The authors analyzed manifestations in a large cohort of patients with this deletion obtained from their own practice (34) and 13 patients from the Brunetti-Pierri et al. study. In total 43 out of 47 patients had “pure” deletions of the distal segment of 1q21.1 (BP3-BP4). Four others also included deletions of the more proximal area (BP2-BP4). Cases from prenatal diagnosis were not included. In 24 patients, parental specimens were not available. In 15 out of 23 patients where parental specimens were available, deletion was inherited from one of the parents.

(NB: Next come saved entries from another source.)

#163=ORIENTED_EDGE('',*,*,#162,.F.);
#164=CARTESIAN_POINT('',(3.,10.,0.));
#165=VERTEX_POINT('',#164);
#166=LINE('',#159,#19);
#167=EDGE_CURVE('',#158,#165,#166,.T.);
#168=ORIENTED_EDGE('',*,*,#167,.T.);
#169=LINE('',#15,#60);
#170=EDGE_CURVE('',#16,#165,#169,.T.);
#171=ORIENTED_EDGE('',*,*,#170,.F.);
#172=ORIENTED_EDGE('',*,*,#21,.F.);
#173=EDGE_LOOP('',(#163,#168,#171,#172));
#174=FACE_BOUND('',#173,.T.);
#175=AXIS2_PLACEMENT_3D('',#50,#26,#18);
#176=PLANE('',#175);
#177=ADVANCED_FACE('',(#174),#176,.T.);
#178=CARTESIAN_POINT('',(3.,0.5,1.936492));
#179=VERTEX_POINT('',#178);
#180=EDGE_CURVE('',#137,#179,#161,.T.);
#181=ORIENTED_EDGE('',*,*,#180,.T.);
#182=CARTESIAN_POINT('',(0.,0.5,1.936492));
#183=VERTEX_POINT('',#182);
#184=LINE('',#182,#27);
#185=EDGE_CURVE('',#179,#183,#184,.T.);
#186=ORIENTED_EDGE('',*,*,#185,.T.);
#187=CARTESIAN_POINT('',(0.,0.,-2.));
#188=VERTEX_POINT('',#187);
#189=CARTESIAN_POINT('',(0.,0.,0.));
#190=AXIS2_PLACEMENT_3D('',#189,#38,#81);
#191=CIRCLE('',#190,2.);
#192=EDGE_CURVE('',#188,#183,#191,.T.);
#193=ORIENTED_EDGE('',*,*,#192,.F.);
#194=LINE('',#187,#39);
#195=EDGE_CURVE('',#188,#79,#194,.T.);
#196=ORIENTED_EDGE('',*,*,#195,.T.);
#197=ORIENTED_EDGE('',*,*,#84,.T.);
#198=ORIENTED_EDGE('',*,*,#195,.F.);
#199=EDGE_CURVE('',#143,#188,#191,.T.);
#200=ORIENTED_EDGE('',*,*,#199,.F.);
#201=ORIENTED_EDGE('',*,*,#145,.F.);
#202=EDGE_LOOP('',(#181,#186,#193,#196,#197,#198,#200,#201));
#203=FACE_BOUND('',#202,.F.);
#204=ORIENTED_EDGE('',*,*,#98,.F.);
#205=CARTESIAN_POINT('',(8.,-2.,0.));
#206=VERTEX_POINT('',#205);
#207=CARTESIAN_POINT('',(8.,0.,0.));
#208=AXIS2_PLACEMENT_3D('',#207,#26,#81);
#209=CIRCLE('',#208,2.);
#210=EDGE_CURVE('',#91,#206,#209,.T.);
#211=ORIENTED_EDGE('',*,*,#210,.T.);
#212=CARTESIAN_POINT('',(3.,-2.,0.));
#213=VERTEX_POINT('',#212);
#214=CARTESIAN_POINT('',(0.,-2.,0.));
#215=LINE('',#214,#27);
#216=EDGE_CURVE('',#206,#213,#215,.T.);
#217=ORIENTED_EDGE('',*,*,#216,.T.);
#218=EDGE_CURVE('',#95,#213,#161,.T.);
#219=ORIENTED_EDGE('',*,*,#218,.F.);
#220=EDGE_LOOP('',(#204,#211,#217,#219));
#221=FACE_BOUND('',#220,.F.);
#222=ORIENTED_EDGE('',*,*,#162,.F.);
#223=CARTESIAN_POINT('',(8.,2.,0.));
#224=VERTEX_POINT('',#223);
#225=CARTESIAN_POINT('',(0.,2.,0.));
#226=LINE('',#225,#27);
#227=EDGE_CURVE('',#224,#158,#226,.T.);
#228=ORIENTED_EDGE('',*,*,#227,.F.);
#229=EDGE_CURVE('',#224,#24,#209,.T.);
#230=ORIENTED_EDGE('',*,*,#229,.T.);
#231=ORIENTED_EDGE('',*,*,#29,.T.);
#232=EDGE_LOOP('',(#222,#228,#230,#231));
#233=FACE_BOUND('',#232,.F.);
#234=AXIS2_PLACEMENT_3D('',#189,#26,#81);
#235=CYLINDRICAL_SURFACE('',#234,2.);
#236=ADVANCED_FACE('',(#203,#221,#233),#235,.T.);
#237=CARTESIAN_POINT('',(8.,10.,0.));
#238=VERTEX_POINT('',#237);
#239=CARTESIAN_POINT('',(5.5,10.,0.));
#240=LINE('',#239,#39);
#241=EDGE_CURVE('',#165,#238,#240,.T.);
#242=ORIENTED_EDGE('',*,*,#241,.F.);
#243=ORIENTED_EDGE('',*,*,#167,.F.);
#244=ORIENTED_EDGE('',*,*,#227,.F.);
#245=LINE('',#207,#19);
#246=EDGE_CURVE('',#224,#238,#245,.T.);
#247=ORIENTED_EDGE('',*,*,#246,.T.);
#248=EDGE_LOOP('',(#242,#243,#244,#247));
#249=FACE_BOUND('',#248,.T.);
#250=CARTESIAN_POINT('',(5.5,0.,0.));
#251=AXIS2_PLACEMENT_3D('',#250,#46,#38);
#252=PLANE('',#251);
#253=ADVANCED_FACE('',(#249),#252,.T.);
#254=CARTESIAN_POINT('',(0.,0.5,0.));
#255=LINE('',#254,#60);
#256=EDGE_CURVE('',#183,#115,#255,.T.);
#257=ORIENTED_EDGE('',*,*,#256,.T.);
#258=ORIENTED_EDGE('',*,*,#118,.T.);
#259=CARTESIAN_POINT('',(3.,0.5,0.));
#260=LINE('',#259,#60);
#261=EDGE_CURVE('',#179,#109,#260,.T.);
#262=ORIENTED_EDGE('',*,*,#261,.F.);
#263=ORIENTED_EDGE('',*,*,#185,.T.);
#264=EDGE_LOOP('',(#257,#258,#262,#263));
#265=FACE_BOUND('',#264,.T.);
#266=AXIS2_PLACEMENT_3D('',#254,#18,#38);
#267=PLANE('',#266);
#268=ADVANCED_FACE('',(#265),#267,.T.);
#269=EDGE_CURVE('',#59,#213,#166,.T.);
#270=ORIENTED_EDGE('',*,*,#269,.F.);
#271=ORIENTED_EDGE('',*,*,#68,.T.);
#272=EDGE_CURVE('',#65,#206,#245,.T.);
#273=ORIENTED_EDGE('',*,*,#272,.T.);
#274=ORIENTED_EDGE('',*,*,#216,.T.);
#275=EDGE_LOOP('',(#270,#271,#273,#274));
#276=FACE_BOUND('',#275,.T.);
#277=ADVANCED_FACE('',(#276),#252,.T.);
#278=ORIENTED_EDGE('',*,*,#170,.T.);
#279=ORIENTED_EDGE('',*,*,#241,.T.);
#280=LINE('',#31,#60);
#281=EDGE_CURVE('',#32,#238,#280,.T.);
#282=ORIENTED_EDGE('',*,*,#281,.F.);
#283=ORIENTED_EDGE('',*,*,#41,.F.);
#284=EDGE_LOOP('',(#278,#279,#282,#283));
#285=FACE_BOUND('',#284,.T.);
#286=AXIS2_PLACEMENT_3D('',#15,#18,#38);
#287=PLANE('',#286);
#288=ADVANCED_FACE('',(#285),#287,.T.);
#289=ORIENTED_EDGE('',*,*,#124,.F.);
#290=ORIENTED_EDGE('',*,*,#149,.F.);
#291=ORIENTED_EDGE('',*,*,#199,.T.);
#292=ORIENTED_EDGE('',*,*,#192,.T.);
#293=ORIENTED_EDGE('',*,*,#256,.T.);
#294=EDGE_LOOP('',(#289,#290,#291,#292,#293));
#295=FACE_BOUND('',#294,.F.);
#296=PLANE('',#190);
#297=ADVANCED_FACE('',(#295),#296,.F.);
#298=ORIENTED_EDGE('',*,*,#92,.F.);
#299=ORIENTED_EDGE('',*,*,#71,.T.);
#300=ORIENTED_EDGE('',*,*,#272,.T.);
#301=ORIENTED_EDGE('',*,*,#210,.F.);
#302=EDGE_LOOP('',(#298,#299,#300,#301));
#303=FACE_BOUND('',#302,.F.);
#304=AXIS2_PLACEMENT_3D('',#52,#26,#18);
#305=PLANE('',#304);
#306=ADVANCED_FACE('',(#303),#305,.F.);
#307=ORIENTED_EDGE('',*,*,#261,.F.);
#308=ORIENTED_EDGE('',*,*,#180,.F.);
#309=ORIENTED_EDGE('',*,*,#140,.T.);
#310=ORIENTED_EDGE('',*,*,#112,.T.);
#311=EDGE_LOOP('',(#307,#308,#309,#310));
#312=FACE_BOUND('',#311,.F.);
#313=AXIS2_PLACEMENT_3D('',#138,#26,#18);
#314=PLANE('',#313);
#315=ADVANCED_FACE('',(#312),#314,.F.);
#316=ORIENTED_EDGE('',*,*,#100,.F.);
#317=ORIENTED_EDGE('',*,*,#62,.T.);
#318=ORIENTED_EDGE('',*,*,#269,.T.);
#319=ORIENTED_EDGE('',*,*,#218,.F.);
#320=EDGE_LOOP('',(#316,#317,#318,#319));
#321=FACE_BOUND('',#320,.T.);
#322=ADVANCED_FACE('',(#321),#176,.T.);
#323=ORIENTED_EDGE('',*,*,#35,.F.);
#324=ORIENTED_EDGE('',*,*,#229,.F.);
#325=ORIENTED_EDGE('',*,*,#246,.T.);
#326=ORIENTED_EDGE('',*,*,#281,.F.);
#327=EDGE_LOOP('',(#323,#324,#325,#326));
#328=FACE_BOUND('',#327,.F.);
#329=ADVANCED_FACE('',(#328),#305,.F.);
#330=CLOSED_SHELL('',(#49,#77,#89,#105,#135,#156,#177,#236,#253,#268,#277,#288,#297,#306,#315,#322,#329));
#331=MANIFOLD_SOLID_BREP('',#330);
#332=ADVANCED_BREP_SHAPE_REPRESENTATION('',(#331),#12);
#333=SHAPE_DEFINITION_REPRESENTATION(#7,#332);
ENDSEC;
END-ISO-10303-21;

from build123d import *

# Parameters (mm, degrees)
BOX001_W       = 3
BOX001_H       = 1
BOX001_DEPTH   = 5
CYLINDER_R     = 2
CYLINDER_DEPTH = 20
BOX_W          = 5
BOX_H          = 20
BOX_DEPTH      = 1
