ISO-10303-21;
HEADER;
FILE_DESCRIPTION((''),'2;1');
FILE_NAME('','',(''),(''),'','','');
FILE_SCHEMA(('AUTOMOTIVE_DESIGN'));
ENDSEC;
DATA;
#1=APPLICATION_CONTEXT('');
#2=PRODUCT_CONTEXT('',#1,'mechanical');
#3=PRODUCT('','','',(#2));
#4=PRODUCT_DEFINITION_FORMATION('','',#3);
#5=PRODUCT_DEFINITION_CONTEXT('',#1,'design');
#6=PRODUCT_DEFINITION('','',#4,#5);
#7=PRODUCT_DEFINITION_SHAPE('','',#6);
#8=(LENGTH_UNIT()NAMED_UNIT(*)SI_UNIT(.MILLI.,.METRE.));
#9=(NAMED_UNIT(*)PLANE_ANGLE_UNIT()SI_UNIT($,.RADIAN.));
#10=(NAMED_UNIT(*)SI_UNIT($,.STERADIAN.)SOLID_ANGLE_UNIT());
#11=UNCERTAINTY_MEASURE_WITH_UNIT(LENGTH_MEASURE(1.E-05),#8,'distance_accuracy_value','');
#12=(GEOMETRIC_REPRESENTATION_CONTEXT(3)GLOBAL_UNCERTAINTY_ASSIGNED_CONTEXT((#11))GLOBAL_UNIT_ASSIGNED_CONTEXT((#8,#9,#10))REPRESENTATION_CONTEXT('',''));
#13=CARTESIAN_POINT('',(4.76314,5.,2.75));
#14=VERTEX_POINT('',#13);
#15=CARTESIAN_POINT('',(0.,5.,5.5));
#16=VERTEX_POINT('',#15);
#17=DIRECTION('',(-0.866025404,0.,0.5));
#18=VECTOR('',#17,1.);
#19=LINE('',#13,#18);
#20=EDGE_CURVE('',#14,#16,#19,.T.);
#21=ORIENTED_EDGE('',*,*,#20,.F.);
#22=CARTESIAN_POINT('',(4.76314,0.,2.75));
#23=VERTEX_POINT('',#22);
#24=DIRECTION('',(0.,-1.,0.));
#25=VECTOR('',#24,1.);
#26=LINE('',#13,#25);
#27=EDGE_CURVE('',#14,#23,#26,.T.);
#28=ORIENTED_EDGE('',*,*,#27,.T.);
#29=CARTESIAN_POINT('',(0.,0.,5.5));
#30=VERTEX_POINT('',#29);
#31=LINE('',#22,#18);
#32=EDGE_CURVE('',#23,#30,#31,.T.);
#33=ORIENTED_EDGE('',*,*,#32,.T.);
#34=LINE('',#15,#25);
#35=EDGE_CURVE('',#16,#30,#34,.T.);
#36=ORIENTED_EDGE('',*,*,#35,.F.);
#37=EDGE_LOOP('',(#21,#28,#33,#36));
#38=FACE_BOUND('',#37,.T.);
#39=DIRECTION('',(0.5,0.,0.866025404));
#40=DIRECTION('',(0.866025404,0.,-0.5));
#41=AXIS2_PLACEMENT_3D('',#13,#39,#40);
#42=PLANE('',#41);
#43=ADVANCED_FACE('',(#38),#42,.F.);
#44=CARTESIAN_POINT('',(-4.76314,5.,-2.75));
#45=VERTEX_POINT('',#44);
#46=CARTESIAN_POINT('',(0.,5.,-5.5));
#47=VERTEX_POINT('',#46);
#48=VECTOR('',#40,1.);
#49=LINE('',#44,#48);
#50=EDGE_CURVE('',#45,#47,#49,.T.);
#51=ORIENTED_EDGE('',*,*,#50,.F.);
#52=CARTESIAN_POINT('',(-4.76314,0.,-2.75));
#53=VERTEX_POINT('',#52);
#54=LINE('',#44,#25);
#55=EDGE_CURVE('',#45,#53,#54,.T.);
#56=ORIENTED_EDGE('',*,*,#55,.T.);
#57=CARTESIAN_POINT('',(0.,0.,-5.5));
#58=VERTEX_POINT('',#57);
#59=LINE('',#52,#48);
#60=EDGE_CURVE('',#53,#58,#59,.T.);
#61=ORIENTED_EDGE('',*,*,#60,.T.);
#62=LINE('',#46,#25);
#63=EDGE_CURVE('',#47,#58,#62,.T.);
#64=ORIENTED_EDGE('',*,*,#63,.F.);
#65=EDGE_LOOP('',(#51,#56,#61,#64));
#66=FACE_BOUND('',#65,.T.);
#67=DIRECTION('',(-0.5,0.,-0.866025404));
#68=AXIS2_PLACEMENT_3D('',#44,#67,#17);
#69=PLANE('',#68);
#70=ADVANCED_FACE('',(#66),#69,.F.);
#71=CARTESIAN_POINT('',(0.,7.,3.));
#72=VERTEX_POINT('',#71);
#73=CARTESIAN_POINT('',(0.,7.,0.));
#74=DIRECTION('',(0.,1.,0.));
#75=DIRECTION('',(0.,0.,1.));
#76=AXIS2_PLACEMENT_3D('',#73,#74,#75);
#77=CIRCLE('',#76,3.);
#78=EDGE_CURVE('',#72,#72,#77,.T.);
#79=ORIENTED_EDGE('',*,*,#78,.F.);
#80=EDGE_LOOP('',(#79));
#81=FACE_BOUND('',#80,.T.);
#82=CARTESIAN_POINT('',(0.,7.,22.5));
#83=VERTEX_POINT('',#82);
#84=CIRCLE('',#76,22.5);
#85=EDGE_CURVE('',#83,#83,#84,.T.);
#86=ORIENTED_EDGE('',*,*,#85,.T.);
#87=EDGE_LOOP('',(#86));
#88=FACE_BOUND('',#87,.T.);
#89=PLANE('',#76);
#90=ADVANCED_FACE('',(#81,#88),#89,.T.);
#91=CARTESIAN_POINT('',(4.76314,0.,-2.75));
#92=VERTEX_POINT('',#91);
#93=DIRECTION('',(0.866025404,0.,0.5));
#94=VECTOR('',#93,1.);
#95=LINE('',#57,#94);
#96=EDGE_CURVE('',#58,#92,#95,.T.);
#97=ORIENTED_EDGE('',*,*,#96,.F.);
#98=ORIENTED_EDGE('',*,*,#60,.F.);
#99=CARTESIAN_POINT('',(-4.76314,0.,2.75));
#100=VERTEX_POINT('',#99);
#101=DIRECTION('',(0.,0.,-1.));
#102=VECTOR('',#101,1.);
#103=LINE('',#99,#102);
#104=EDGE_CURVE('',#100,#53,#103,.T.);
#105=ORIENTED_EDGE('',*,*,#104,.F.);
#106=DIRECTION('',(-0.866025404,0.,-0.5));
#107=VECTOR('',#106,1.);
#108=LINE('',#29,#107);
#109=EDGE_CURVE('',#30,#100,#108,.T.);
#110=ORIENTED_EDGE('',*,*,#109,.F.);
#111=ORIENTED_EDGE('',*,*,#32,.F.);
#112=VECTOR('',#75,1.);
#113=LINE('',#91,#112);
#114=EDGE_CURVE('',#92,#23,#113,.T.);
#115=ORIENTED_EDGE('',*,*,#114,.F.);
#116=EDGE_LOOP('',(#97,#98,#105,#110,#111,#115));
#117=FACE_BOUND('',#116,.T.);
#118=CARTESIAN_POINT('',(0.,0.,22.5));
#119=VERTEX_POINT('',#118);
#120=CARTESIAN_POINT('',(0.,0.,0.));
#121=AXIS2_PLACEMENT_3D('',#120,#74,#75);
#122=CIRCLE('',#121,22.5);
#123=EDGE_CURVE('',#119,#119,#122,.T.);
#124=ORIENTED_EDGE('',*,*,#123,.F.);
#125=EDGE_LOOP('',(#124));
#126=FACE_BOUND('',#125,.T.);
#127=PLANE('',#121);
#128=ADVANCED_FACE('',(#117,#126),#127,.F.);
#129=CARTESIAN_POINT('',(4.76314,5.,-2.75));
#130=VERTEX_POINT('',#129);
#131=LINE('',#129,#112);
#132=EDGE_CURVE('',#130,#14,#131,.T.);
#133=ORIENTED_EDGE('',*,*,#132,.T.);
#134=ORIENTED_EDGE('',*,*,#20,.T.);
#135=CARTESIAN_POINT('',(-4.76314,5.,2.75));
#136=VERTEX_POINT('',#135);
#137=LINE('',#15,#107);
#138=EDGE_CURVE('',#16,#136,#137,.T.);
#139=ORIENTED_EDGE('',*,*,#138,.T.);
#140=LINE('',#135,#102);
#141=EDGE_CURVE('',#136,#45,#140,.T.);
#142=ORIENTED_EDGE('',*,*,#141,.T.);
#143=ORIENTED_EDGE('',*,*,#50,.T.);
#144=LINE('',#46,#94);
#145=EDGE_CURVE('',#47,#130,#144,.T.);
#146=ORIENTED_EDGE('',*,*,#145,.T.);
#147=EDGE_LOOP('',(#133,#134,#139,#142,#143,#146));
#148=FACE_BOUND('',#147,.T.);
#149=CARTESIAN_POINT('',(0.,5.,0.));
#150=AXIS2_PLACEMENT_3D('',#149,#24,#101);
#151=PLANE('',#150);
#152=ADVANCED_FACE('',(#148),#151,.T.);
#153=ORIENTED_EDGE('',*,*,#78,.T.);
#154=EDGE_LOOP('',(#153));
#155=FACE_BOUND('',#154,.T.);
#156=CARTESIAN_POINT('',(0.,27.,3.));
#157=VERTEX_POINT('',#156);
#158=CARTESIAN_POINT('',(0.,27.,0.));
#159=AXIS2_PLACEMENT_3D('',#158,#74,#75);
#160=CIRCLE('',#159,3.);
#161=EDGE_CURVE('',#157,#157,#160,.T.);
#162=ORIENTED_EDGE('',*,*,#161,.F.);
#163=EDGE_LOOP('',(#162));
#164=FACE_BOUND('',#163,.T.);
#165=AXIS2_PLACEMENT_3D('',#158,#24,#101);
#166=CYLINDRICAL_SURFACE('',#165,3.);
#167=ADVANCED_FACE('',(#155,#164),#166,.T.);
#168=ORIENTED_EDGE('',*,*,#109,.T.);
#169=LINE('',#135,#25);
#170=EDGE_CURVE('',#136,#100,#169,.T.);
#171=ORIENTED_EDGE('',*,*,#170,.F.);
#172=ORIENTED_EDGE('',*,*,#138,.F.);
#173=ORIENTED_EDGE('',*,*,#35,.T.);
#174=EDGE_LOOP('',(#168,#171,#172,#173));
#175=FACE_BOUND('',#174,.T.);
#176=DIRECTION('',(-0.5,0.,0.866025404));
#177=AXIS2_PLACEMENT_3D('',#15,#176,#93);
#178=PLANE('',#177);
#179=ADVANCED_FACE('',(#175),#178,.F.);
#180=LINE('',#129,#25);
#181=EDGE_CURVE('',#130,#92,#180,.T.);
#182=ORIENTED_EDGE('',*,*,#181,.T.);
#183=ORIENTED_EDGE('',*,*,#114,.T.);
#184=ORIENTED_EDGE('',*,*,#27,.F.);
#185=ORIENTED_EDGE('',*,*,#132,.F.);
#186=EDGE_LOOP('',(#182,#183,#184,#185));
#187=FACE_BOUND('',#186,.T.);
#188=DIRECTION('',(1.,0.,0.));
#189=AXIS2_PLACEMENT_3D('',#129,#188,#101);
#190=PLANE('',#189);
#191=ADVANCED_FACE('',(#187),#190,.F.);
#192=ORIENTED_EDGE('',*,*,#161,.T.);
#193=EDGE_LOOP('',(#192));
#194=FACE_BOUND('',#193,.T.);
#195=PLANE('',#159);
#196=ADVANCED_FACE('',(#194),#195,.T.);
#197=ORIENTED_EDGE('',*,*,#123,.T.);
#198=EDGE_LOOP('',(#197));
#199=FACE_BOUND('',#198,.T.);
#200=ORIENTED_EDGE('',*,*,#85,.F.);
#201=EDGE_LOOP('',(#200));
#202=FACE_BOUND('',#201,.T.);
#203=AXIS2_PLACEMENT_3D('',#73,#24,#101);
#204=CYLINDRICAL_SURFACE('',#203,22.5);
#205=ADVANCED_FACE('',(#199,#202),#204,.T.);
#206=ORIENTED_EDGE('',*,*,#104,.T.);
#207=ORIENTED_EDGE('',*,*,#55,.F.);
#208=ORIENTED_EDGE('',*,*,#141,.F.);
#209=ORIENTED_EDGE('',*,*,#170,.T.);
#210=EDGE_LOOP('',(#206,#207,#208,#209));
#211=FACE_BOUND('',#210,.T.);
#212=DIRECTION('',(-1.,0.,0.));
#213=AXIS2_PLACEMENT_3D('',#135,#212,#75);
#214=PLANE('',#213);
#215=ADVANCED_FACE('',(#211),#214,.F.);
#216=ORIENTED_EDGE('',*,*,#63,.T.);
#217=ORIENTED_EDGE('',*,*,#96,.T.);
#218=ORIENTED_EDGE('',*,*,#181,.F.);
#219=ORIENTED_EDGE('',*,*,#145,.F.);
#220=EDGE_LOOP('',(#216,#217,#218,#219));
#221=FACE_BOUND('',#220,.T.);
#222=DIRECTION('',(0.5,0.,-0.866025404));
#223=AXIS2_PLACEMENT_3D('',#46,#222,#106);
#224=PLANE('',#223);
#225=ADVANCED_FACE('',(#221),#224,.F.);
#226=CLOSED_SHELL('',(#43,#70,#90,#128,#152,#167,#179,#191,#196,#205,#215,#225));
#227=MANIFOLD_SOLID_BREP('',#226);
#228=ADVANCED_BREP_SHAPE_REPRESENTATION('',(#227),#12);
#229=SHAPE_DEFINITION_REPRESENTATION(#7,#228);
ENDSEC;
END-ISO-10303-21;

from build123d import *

# Parameters (mm, degrees)
SKETCH1_R           = 22.5
BOSS_EXTRUDE1_DEPTH = 7
SKETCH2_R           = 3
BOSS_EXTRUDE2_DEPTH = 20
CUT_EXTRUDE1_DEPTH  = 5


with BuildPart() as part:
    # Sketch1 → Boss-Extrude1 (new body)
    with BuildSketch(Plane(origin=(0, 0, 0), x_dir=(1, 0, 0), z_dir=(0, 1, 0))):
        with Locations(Location((0, 0, 0), (0, 0, 270))):
            Circle(SKETCH1_R)
    extrude(amount=BOSS_EXTRUDE1_DEPTH)

    # Sketch2 → Boss-Extrude2 (add)
    with BuildSketch(Plane(origin=(0, 7, 0), x_dir=(1, 0, 0), z_dir=(0, 1, 0))):
        with Locations(Location((0, 0, 0), (0, 0, 270))):
            Circle(SKETCH2_R)
    extrude(amount=BOSS_EXTRUDE2_DEPTH)

    # Sketch3 → Cut-Extrude1 (cut)
    with BuildSketch(Plane.XZ):
        Polygon((4.763139721, -2.75), (4.763139721, 2.75), (0, 5.5), (-4.763139721, 2.75), (-4.763139721, -2.75), (0, -5.5), align=None)
    extrude(amount=-CUT_EXTRUDE1_DEPTH, mode=Mode.SUBTRACT)


solid = part.part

The most common manifestation was intellectual disability, reported in ~3/4 of patients. Psychiatric and behavioral abnormalities were found in 22 patients, with attention deficit hyperactivity disorder the most commonly reported (10 out of 22). Autism was diagnosed in 6 patients. Microcephaly was recorded in 22/43 examined patients. 14 out of 47 had seizures. Hearing loss was reported in 6 patients. 30 out of 47 revealed mild dysmorphic features, but there was no specific type of dysmorphism allowing clinical recognition of distal del 1q21.1. Structural defects of internal organs were relatively uncommon. Congenital heart defects were diagnosed in 9 patients, and congenital kidney defects in 4, although not every patient had sufficient examination regarding these systems. Short stature was reported in 15 out of 36 patients.

Significant variability may be explained at least partially by the presence of additional copy number variants or mutations in the genes within the complementary segment on the non-deleted chromosome. It should be noted that this review included only symptomatic individuals and did not include information on mildly affected (or healthy) parents of the affected individuals.

Edwards S.D. et al. “Clinical characterization of individuals with the distal 1q21.1  microdeletion”. “Amer. J. Med. Genet.” 2021, v. 185 (5), 1388-1398.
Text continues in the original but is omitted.